ADHD Grown Up: A Guide to Adolescent and Adult ADHD
- Author: Joel L. Young
- Language: English
- Genre: Non-fiction
- Published: January 9th, 2007
- Publisher: Norton, W. W. & Company, Inc.
- Publication place: United States
- Media type: Print (hardcover)
- Pages: 344
- ISBN: 9780393704686

= ADHD Grown Up: A Guide to Adolescent and Adult ADHD =

2007 book by Joel L. Young

ADHD Grown Up: A Guide to Adolescent and Adult ADHD (2007) is a book by Joel L. Young. It is a guide for psychiatrists and the lay public for the diagnosis and treatment of ADHD in adolescents and adults.
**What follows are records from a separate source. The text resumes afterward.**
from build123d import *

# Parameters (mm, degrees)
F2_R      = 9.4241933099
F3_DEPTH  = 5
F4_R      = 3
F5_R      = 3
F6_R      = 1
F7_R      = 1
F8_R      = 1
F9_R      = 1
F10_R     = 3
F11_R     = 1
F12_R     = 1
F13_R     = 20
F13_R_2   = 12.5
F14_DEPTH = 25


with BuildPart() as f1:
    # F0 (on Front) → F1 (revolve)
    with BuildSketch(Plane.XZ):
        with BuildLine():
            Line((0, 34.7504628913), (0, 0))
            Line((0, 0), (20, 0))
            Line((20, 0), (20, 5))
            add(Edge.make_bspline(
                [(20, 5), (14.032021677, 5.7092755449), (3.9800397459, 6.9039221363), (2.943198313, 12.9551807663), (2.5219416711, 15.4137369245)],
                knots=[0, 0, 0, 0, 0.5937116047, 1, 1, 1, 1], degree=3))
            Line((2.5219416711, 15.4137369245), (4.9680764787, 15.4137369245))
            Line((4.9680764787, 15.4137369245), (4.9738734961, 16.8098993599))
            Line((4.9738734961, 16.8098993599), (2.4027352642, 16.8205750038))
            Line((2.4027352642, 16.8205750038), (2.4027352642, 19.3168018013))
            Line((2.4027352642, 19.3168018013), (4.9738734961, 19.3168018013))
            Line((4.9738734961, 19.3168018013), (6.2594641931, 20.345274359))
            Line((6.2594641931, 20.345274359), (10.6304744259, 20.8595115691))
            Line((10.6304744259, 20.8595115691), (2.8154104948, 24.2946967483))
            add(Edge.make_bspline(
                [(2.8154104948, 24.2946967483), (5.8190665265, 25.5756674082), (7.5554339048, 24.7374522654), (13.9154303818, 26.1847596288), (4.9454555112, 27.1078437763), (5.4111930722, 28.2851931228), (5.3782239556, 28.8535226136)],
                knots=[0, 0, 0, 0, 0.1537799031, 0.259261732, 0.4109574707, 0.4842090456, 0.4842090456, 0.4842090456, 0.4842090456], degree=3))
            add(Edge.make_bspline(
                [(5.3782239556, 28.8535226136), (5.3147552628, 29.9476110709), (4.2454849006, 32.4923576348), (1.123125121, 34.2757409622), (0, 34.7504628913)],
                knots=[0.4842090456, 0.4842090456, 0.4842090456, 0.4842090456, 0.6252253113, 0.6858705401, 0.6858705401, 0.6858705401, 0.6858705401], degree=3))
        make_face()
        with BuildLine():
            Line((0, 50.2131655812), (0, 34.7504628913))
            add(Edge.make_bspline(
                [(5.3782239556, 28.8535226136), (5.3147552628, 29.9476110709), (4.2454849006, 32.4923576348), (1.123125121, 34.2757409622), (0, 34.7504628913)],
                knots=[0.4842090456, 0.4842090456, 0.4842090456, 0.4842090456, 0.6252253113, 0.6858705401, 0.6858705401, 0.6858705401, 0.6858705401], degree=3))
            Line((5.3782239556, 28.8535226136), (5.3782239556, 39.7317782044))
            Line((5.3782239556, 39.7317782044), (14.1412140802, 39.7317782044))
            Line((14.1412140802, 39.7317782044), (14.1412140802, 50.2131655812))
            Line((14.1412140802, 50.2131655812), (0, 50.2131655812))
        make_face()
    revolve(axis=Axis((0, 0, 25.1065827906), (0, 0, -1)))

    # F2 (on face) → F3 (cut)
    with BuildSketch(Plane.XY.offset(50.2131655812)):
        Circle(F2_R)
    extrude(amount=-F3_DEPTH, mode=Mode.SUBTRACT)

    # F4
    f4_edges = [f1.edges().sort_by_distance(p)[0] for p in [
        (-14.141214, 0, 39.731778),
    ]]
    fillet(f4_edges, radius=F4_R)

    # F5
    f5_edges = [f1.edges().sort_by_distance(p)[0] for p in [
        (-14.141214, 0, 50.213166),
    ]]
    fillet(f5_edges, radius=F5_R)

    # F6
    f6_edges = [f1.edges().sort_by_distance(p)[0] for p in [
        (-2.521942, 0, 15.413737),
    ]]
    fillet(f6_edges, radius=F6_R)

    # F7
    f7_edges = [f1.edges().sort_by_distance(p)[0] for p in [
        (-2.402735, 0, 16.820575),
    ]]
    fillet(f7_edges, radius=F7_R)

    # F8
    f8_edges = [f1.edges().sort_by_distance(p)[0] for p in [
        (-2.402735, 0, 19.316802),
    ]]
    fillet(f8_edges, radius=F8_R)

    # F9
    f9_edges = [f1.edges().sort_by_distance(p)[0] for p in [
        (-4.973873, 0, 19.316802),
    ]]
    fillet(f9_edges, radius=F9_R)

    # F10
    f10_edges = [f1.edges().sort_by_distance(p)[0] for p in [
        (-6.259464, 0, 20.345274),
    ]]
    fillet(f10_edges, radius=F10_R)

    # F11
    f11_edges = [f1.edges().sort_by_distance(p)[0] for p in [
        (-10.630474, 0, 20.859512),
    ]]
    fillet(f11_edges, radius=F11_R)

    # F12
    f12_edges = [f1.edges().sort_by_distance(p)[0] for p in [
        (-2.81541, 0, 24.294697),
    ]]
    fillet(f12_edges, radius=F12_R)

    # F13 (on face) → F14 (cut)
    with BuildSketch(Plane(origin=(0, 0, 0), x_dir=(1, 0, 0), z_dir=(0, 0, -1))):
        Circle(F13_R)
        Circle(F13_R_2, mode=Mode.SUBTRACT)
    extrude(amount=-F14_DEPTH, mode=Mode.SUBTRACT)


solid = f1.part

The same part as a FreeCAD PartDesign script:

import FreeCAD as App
import Part
import Sketcher

V = App.Vector
Q = App.Units.Quantity


def edges_at(feature, points):
    """Names of the edges that pass closest to the given points."""
    edges = feature.Shape.Edges
    near = lambda p: min(range(len(edges)), key=lambda i: edges[i].distToShape(Part.Vertex(*p))[0])
    return sorted({f"Edge{near(p) + 1}" for p in points})

doc = App.newDocument("Part")
body = doc.addObject("PartDesign::Body", "Body")

sketch1 = body.newObject("Sketcher::SketchObject", "Sketch")
sketch1.AttachmentSupport = (doc.getObject("XZ_Plane"), [""])
sketch1.MapMode = "FlatFace"
sketch1.addGeometry(Part.LineSegment(V(0, 0, 0), V(20, 0, 0)), False)
sketch1.addGeometry(Part.LineSegment(V(20, 0, 0), V(20, 5, 0)), False)
sketch1.addGeometry(Part.BSplineCurve([V(20, 5, 0), V(14.032022, 5.709276, 0), V(3.98004, 6.903922, 0), V(2.943198, 12.955181, 0), V(2.521942, 15.413737, 0)], [4, 1, 4], [0, 0.593711605, 1], False, 3, [1, 1, 1, 1, 1], False), False)
sketch1.addGeometry(Part.LineSegment(V(2.521942, 15.413737, 0), V(4.968076, 15.413737, 0)), False)
sketch1.addGeometry(Part.LineSegment(V(4.968076, 15.413737, 0), V(4.973873, 16.809899, 0)), False)
sketch1.addGeometry(Part.LineSegment(V(4.973873, 16.809899, 0), V(2.402735, 16.820575, 0)), False)
sketch1.addGeometry(Part.LineSegment(V(2.402735, 16.820575, 0), V(2.402735, 19.316802, 0)), False)
sketch1.addGeometry(Part.LineSegment(V(2.402735, 19.316802, 0), V(4.973873, 19.316802, 0)), False)
sketch1.addGeometry(Part.LineSegment(V(4.973873, 19.316802, 0), V(6.259464, 20.345274, 0)), False)
sketch1.addGeometry(Part.LineSegment(V(6.259464, 20.345274, 0), V(10.630474, 20.859512, 0)), False)
sketch1.addGeometry(Part.LineSegment(V(10.630474, 20.859512, 0), V(2.81541, 24.294697, 0)), False)
sketch1.addGeometry(Part.BSplineCurve([V(2.81541, 24.294697, 0), V(5.819067, 25.575667, 0), V(7.555434, 24.737452, 0), V(13.91543, 26.18476, 0), V(4.945456, 27.107844, 0), V(5.411193, 28.285193, 0), V(5.378224, 28.853523, 0)], [4, 1, 1, 1, 4], [0, 0.153779903, 0.259261732, 0.410957471, 0.484209046], False, 3, [1, 1, 1, 1, 1, 1, 1], False), False)
sketch1.addGeometry(Part.LineSegment(V(5.378224, 28.853523, 0), V(5.378224, 39.731778, 0)), False)
sketch1.addGeometry(Part.LineSegment(V(5.378224, 39.731778, 0), V(14.141214, 39.731778, 0)), False)
sketch1.addGeometry(Part.LineSegment(V(14.141214, 39.731778, 0), V(14.141214, 50.213166, 0)), False)
sketch1.addGeometry(Part.LineSegment(V(14.141214, 50.213166, 0), V(0, 50.213166, 0)), False)
sketch1.addGeometry(Part.LineSegment(V(0, 50.213166, 0), V(0, 0, 0)), False)
sketch1.addConstraint(Sketcher.Constraint("Block", 2))
sketch1.addConstraint(Sketcher.Constraint("Block", 11))
sketch1.addConstraint(Sketcher.Constraint("Coincident", 0, 2, 1, 1))
sketch1.addConstraint(Sketcher.Constraint("Coincident", 1, 2, 2, 1))
sketch1.addConstraint(Sketcher.Constraint("Coincident", 2, 2, 3, 1))
sketch1.addConstraint(Sketcher.Constraint("Coincident", 3, 2, 4, 1))
sketch1.addConstraint(Sketcher.Constraint("Coincident", 4, 2, 5, 1))
sketch1.addConstraint(Sketcher.Constraint("Coincident", 5, 2, 6, 1))
sketch1.addConstraint(Sketcher.Constraint("Coincident", 6, 2, 7, 1))
sketch1.addConstraint(Sketcher.Constraint("Coincident", 7, 2, 8, 1))
sketch1.addConstraint(Sketcher.Constraint("Coincident", 8, 2, 9, 1))
sketch1.addConstraint(Sketcher.Constraint("Coincident", 9, 2, 10, 1))
sketch1.addConstraint(Sketcher.Constraint("Coincident", 10, 2, 11, 1))
sketch1.addConstraint(Sketcher.Constraint("Coincident", 11, 2, 12, 1))
sketch1.addConstraint(Sketcher.Constraint("Coincident", 12, 2, 13, 1))
sketch1.addConstraint(Sketcher.Constraint("Coincident", 13, 2, 14, 1))
sketch1.addConstraint(Sketcher.Constraint("Coincident", 14, 2, 15, 1))
sketch1.addConstraint(Sketcher.Constraint("Coincident", 15, 2, 16, 1))
sketch1.addConstraint(Sketcher.Constraint("Coincident", 16, 2, 0, 1))
sketch1.addConstraint(Sketcher.Constraint("Horizontal", 0))
sketch1.addConstraint(Sketcher.Constraint("Vertical", 1))
sketch1.addConstraint(Sketcher.Constraint("Horizontal", 3))
sketch1.addConstraint(Sketcher.Constraint("Vertical", 6))
sketch1.addConstraint(Sketcher.Constraint("Horizontal", 7))
sketch1.addConstraint(Sketcher.Constraint("Vertical", 12))
sketch1.addConstraint(Sketcher.Constraint("Horizontal", 13))
sketch1.addConstraint(Sketcher.Constraint("Vertical", 14))
sketch1.addConstraint(Sketcher.Constraint("Horizontal", 15))
sketch1.addConstraint(Sketcher.Constraint("Vertical", 16))
sketch1.addConstraint(Sketcher.Constraint("Coincident", 16, 2, -1, 1))
sketch1.addConstraint(Sketcher.Constraint("Perpendicular", 4, 5))
sketch1.addConstraint(Sketcher.Constraint("Vertical", 4, 2, 7, 2))
sketch1.addConstraint(Sketcher.Constraint("DistanceX", 7, 1, 7, 2, Q("2.571138 mm")))
sketch1.addConstraint(Sketcher.Constraint("DistanceX", 13, 1, 13, 2, Q("8.76299 mm")))
sketch1.addConstraint(Sketcher.Constraint("DistanceY", -1, 1, 4, 2, Q("16.809899 mm")))
sketch1.addConstraint(Sketcher.Constraint("DistanceY", -1, 1, 6, 2, Q("19.316802 mm")))
sketch1.addConstraint(Sketcher.Constraint("DistanceY", 5, 2, 8, 2, Q("3.524699 mm")))
sketch1.addConstraint(Sketcher.Constraint("DistanceX", 7, 2, 9, 2, Q("5.656601 mm")))
sketch1.addConstraint(Sketcher.Constraint("Distance", 8, Q("1.646359 mm")))
sketch1.addConstraint(Sketcher.Constraint("DistanceX", 3, 1, 3, 2, Q("2.446135 mm")))
sketch1.addConstraint(Sketcher.Constraint("DistanceY", 6, 1, 6, 2, Q("2.496227 mm")))
sketch1.addConstraint(Sketcher.Constraint("DistanceY", 12, 1, 12, 2, Q("10.878256 mm")))
sketch1.addConstraint(Sketcher.Constraint("DistanceY", 14, 1, 14, 2, Q("10.481387 mm")))
sketch1.addConstraint(Sketcher.Constraint("DistanceY", -1, 1, 9, 2, Q("20.859512 mm")))
revolution = body.newObject("PartDesign::Revolution", "Revolution")
revolution.Profile = sketch1
revolution.ReferenceAxis = (sketch1, ["V_Axis"])
revolution.Angle = 360

sketch2 = body.newObject("Sketcher::SketchObject", "Sketch001")
sketch2.AttachmentSupport = (doc.getObject("XY_Plane"), [""])
sketch2.MapMode = "FlatFace"
sketch2.AttachmentOffset = App.Placement(V(0, 0, 50.213166), App.Rotation())
sketch2.addGeometry(Part.Circle(V(0, 0, 0), V(0, 0, 1), 9), False)
sketch2.addConstraint(Sketcher.Constraint("Coincident", 0, 3, -1, 1))
sketch2.addConstraint(Sketcher.Constraint("Diameter", 0, Q("18.848387 mm")))
pocket1 = body.newObject("PartDesign::Pocket", "Pocket")
pocket1.Profile = sketch2
pocket1.Length = 5
doc.recompute()

fillet = body.newObject("PartDesign::Fillet", "Fillet")
fillet.Base = (pocket1, edges_at(pocket1, [(-14.141, 0, 39.732)]))
fillet.Radius = 3
doc.recompute()

fillet2 = body.newObject("PartDesign::Fillet", "Fillet001")
fillet2.Base = (fillet, edges_at(fillet, [(-14.141, 0, 50.213)]))
fillet2.Radius = 3
doc.recompute()

fillet3 = body.newObject("PartDesign::Fillet", "Fillet002")
fillet3.Base = (fillet2, edges_at(fillet2, [(-2.522, 0, 15.414)]))
fillet3.Radius = 1
doc.recompute()

fillet4 = body.newObject("PartDesign::Fillet", "Fillet003")
fillet4.Base = (fillet3, edges_at(fillet3, [(-2.403, 0, 16.821)]))
fillet4.Radius = 1
doc.recompute()

fillet5 = body.newObject("PartDesign::Fillet", "Fillet004")
fillet5.Base = (fillet4, edges_at(fillet4, [(-2.403, 0, 19.317)]))
fillet5.Radius = 1
doc.recompute()

fillet6 = body.newObject("PartDesign::Fillet", "Fillet005")
fillet6.Base = (fillet5, edges_at(fillet5, [(-4.974, 0, 19.317)]))
fillet6.Radius = 1
doc.recompute()

fillet7 = body.newObject("PartDesign::Fillet", "Fillet006")
fillet7.Base = (fillet6, edges_at(fillet6, [(-6.259, 0, 20.345)]))
fillet7.Radius = 3
doc.recompute()

fillet8 = body.newObject("PartDesign::Fillet", "Fillet007")
fillet8.Base = (fillet7, edges_at(fillet7, [(-10.63, 0, 20.86)]))
fillet8.Radius = 1
doc.recompute()

fillet9 = body.newObject("PartDesign::Fillet", "Fillet008")
fillet9.Base = (fillet8, edges_at(fillet8, [(-2.815, 0, 24.295)]))
fillet9.Radius = 1

sketch3 = body.newObject("Sketcher::SketchObject", "Sketch002")
sketch3.AttachmentSupport = (doc.getObject("XY_Plane"), [""])
sketch3.MapMode = "FlatFace"
sketch3.addGeometry(Part.Circle(V(0, 0, 0), V(0, 0, 1), 20), False)
sketch3.addGeometry(Part.Circle(V(0, 0, 0), V(0, 0, 1), 12), False)
sketch3.addConstraint(Sketcher.Constraint("Coincident", 0, 3, -1, 1))
sketch3.addConstraint(Sketcher.Constraint("Coincident", 1, 3, -1, 1))
sketch3.addConstraint(Sketcher.Constraint("Diameter", 0, Q("40 mm")))
sketch3.addConstraint(Sketcher.Constraint("Diameter", 1, Q("25 mm")))
pocket2 = body.newObject("PartDesign::Pocket", "Pocket001")
pocket2.Profile = sketch3
pocket2.Length = 25
pocket2.Reversed = True

doc.recompute()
The book was positively reviewed in Psychiatric Services where Dr. Sickel of the Department of Psychiatry, University of North Carolina at Chapel Hill, said the book "feels like Young is leading a young resident or first-year child fellow by the hand through the various steps involved in making a good diagnosis." Diana Pederson reviewed it in Metapsychology, saying it was accessible to professionals and non-professionals alike. Marcia McCabe writing in PsycCRITIQUES said the book "gives an excellent overview of the topic area and provides practical information and guidance to the treating clinician." The book was also reviewed in Journal of Family Therapy, and SciTech Book News.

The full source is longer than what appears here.